Empathy (The Customer View): Empathy was not just a buzzword; it was a measurable metric.
- Measurement: We utilized specific quality surveys sent to customers post-interaction.
- Validation: We conducted human-led QA audits on contact interactions to score the specific "level of empathy" demonstrated by agents.
- Outcome: This data forced stakeholders to "walk the store" digitally, seeing the friction points where customers felt abandoned or CS lacked the tools to resolve the customers issue.
Management
The project was managed through a Cross-Functional Stakeholder Alignment approach supported by Lean Six Sigma rigor:
- Methodology: We applied Lean Six Sigma to analyze defect root causes across the 500K DPMO baseline.

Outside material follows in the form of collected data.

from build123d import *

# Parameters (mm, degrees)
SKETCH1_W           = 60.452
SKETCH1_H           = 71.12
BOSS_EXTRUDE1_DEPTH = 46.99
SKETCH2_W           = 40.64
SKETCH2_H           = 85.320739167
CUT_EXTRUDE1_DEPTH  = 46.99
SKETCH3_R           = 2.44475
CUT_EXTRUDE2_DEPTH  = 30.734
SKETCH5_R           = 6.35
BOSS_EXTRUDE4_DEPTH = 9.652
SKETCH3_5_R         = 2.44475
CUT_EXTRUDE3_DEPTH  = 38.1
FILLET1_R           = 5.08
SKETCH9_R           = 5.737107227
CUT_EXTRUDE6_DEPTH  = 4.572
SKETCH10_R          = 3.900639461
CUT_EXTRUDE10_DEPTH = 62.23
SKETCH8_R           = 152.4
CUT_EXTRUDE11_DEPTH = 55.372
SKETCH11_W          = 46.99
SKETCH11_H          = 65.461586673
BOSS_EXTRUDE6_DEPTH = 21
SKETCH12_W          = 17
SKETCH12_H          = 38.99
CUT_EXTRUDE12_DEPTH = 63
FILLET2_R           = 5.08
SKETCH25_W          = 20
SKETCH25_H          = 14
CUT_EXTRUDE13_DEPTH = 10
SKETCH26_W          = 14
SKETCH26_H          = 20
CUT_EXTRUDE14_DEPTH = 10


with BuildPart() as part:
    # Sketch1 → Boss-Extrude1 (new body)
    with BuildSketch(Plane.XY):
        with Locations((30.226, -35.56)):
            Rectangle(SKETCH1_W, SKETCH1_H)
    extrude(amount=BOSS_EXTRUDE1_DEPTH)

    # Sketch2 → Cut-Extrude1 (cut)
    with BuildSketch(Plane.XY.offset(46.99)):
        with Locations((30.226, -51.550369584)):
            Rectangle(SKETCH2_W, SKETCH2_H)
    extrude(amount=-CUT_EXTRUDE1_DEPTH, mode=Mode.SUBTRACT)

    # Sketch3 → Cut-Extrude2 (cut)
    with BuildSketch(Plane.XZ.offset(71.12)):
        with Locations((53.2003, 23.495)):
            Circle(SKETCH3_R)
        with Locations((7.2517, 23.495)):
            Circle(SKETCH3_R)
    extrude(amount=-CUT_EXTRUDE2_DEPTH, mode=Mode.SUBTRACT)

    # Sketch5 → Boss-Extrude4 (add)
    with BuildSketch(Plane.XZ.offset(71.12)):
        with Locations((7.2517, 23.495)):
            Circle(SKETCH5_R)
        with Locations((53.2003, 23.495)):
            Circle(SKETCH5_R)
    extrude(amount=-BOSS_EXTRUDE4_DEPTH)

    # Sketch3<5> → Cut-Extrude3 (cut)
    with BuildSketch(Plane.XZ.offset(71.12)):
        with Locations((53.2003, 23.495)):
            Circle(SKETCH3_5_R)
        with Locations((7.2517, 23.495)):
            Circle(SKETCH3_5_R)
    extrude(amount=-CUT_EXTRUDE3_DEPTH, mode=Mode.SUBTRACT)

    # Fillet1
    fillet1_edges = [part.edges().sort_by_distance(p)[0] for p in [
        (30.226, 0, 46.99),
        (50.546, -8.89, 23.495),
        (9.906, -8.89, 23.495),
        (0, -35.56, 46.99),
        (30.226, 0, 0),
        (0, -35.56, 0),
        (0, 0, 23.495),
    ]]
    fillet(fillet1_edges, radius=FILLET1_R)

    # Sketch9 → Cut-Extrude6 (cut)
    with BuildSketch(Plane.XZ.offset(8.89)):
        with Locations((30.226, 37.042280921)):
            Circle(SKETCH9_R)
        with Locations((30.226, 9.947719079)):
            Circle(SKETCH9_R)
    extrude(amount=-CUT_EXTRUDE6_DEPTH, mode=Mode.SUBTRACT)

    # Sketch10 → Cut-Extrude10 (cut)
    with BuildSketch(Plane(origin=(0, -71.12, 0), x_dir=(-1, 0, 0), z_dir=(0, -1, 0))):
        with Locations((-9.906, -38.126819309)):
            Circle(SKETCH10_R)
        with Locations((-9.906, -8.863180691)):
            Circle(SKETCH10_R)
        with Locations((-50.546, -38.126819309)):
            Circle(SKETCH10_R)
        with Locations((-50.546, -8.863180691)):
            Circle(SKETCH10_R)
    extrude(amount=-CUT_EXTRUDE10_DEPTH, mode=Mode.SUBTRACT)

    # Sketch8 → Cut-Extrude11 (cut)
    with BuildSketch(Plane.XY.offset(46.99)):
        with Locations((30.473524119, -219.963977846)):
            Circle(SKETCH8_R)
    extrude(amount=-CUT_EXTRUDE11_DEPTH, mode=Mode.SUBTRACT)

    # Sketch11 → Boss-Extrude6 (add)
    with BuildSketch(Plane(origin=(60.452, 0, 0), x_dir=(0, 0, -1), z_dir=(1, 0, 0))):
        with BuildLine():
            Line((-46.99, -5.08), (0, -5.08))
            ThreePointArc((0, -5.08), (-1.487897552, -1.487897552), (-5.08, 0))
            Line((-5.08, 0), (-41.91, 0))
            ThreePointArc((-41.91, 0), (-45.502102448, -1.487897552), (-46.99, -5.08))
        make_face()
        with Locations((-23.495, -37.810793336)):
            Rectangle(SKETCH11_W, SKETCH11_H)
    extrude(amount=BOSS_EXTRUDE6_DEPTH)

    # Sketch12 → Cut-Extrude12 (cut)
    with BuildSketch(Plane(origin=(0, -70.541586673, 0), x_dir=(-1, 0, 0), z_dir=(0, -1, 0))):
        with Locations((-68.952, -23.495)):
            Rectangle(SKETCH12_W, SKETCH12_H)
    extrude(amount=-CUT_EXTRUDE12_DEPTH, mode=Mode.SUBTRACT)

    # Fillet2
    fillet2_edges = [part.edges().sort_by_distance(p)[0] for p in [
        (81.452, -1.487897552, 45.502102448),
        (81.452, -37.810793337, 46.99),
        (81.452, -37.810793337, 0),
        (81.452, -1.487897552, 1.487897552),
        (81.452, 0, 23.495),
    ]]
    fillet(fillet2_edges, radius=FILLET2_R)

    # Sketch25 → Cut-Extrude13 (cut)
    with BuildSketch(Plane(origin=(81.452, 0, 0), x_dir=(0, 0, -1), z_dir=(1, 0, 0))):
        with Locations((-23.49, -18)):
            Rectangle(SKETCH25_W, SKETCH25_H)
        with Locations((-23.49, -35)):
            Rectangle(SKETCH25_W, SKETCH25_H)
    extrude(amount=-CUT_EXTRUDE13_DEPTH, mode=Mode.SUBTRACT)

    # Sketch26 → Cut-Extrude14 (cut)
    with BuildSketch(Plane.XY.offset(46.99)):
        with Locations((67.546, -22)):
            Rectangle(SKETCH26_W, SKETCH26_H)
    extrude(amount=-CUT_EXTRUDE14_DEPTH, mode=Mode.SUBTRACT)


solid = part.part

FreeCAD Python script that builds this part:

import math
import FreeCAD as App
import Part
import Sketcher

V = App.Vector
Q = App.Units.Quantity


def edges_at(feature, points):
    """Names of the edges that pass closest to the given points."""
    edges = feature.Shape.Edges
    near = lambda p: min(range(len(edges)), key=lambda i: edges[i].distToShape(Part.Vertex(*p))[0])
    return sorted({f"Edge{near(p) + 1}" for p in points})

doc = App.newDocument("Part")
body = doc.addObject("PartDesign::Body", "Body")

# Sketch on XY plane
sketch1 = body.newObject("Sketcher::SketchObject", "Sketch")
sketch1.AttachmentSupport = (doc.getObject("XY_Plane"), [""])
sketch1.MapMode = "FlatFace"
sketch1.addGeometry([
    Part.LineSegment(V(0, 0, 0), V(0, -71, 0)),
    Part.LineSegment(V(0, -71, 0), V(60, -71, 0)),
    Part.LineSegment(V(60, -71, 0), V(60, 0, 0)),
    Part.LineSegment(V(60, 0, 0), V(0, 0, 0)),
], False)
sketch1.addConstraint([
    Sketcher.Constraint("Coincident", 0, 2, 1, 1),
    Sketcher.Constraint("Coincident", 1, 2, 2, 1),
    Sketcher.Constraint("Coincident", 2, 2, 3, 1),
    Sketcher.Constraint("Coincident", 3, 2, 0, 1),
    Sketcher.Constraint("Vertical", 0),
    Sketcher.Constraint("Horizontal", 1),
    Sketcher.Constraint("Vertical", 2),
    Sketcher.Constraint("Horizontal", 3),
    Sketcher.Constraint("Coincident", 3, 2, -1, 1),
    Sketcher.Constraint("DistanceY", 0, 2, 0, 1, Q("2.8 in")),
    Sketcher.Constraint("DistanceX", 1, 1, 1, 2, Q("2.38 in")),
])
pad1 = body.newObject("PartDesign::Pad", "Pad")
pad1.Profile = sketch1
pad1.Length = Q("1.85 in")

# Sketch on XY plane
sketch2 = body.newObject("Sketcher::SketchObject", "Sketch001")
sketch2.AttachmentSupport = (doc.getObject("XY_Plane"), [""])
sketch2.MapMode = "FlatFace"
sketch2.AttachmentOffset = App.Placement(V(0, 0, 1.85 * 25.4), App.Rotation())
sketch2.addGeometry([
    Part.LineSegment(V(10, -9, 0), V(10, -94, 0)),
    Part.LineSegment(V(10, -94, 0), V(51, -94, 0)),
    Part.LineSegment(V(51, -94, 0), V(51, -9, 0)),
    Part.LineSegment(V(51, -9, 0), V(10, -9, 0)),
], False)
sketch2.addConstraint([
    Sketcher.Constraint("Coincident", 0, 2, 1, 1),
    Sketcher.Constraint("Coincident", 1, 2, 2, 1),
    Sketcher.Constraint("Coincident", 2, 2, 3, 1),
    Sketcher.Constraint("Coincident", 3, 2, 0, 1),
    Sketcher.Constraint("Vertical", 0),
    Sketcher.Constraint("Horizontal", 1),
    Sketcher.Constraint("Vertical", 2),
    Sketcher.Constraint("Horizontal", 3),
    Sketcher.Constraint("DistanceX", 1, 1, 1, 2, Q("1.6 in")),
    Sketcher.Constraint("DistanceX", -1, 1, 0, 2, Q("0.39 in")),
    Sketcher.Constraint("DistanceY", 2, 2, -1, 1, Q("0.35 in")),
    Sketcher.Constraint("DistanceY", 0, 2, 0, 1, Q("85.320739 mm")),
])
pocket1 = body.newObject("PartDesign::Pocket", "Pocket")
pocket1.Profile = sketch2
pocket1.Length = Q("1.85 in")

# Sketch on XZ plane
sketch3 = body.newObject("Sketcher::SketchObject", "Sketch002")
sketch3.AttachmentSupport = (doc.getObject("XZ_Plane"), [""])
sketch3.MapMode = "FlatFace"
sketch3.AttachmentOffset = App.Placement(V(0, 0, 2.8 * 25.4), App.Rotation())
sketch3.addGeometry([
    Part.Circle(V(53.2, 23.5, 0), V(0, 0, 1), 2.4),
    Part.Circle(V(7.3, 23.5, 0), V(0, 0, 1), 2.4),
], False)
sketch3.addConstraint([
    Sketcher.Constraint("Equal", 0, 1),
    Sketcher.Constraint("Horizontal", 0, 3, 1, 3),
    Sketcher.Constraint("Diameter", 0, Q("0.1925 in")),
    Sketcher.Constraint("DistanceY", -1, 1, 0, 3, Q("0.925 in")),
    Sketcher.Constraint("DistanceX", 1, 3, 0, 3, Q("1.809 in")),
    Sketcher.Constraint("DistanceX", -1, 1, 0, 3, Q("2.0945 in")),
])
pocket2 = body.newObject("PartDesign::Pocket", "Pocket001")
pocket2.Profile = sketch3
pocket2.Length = Q("1.21 in")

Change management was executed using Agile sprints to rapidly deploy fixes (e.g., new scan signals, tools, notifications, planning systems) with constant iteration to improve the CX. .
- Strategic Alignment: We worked across multiple business segments to break down silos by identifying synergies across partner teams.
- Data Governance: We identified critical data gaps that prevented accurate measurement and established new standards for service metrics, moving from anecdotal evidence to hard data.
IMPACT
Quantitative Results:
- Revenue Growth: The services business grew by $250M in revenue.
- Efficiency: Contact rate dropped from 50% to 6% (DPMO reduced from 500,000 to 60,000).
- Cost Avoidance: With volume growing to 4.5M orders in 2025, maintaining the old 50% contact rate would have resulted in ~2.25M contacts. By reducing this to 6% (270K contacts), we avoided ~1.98M contacts.
- Satisfaction: Overall CSAT scores improved by 900 basis points (bps).
Qualitative IMPACT:
- Attitude: We fundamentally shifted the organizational attitude by "connecting the dots" across teams. We ensured every stakeholder understood how their specific defects and actions translated directly into business success or failure.
- Core Values: We embedded Customer Obsession into decision-making, ensuring it was balanced with the reality of our Service Providers. We established that providers are also customers, and decisions must be viable for both parties with Amazon as the supportive intermediary.
- Identity: Transformed the division from a "manual operational cost center" to a "tech-enabled revenue driver."
- Trust: The 900bps improvement in CSAT signifies a restoration of trust in the delivery promise.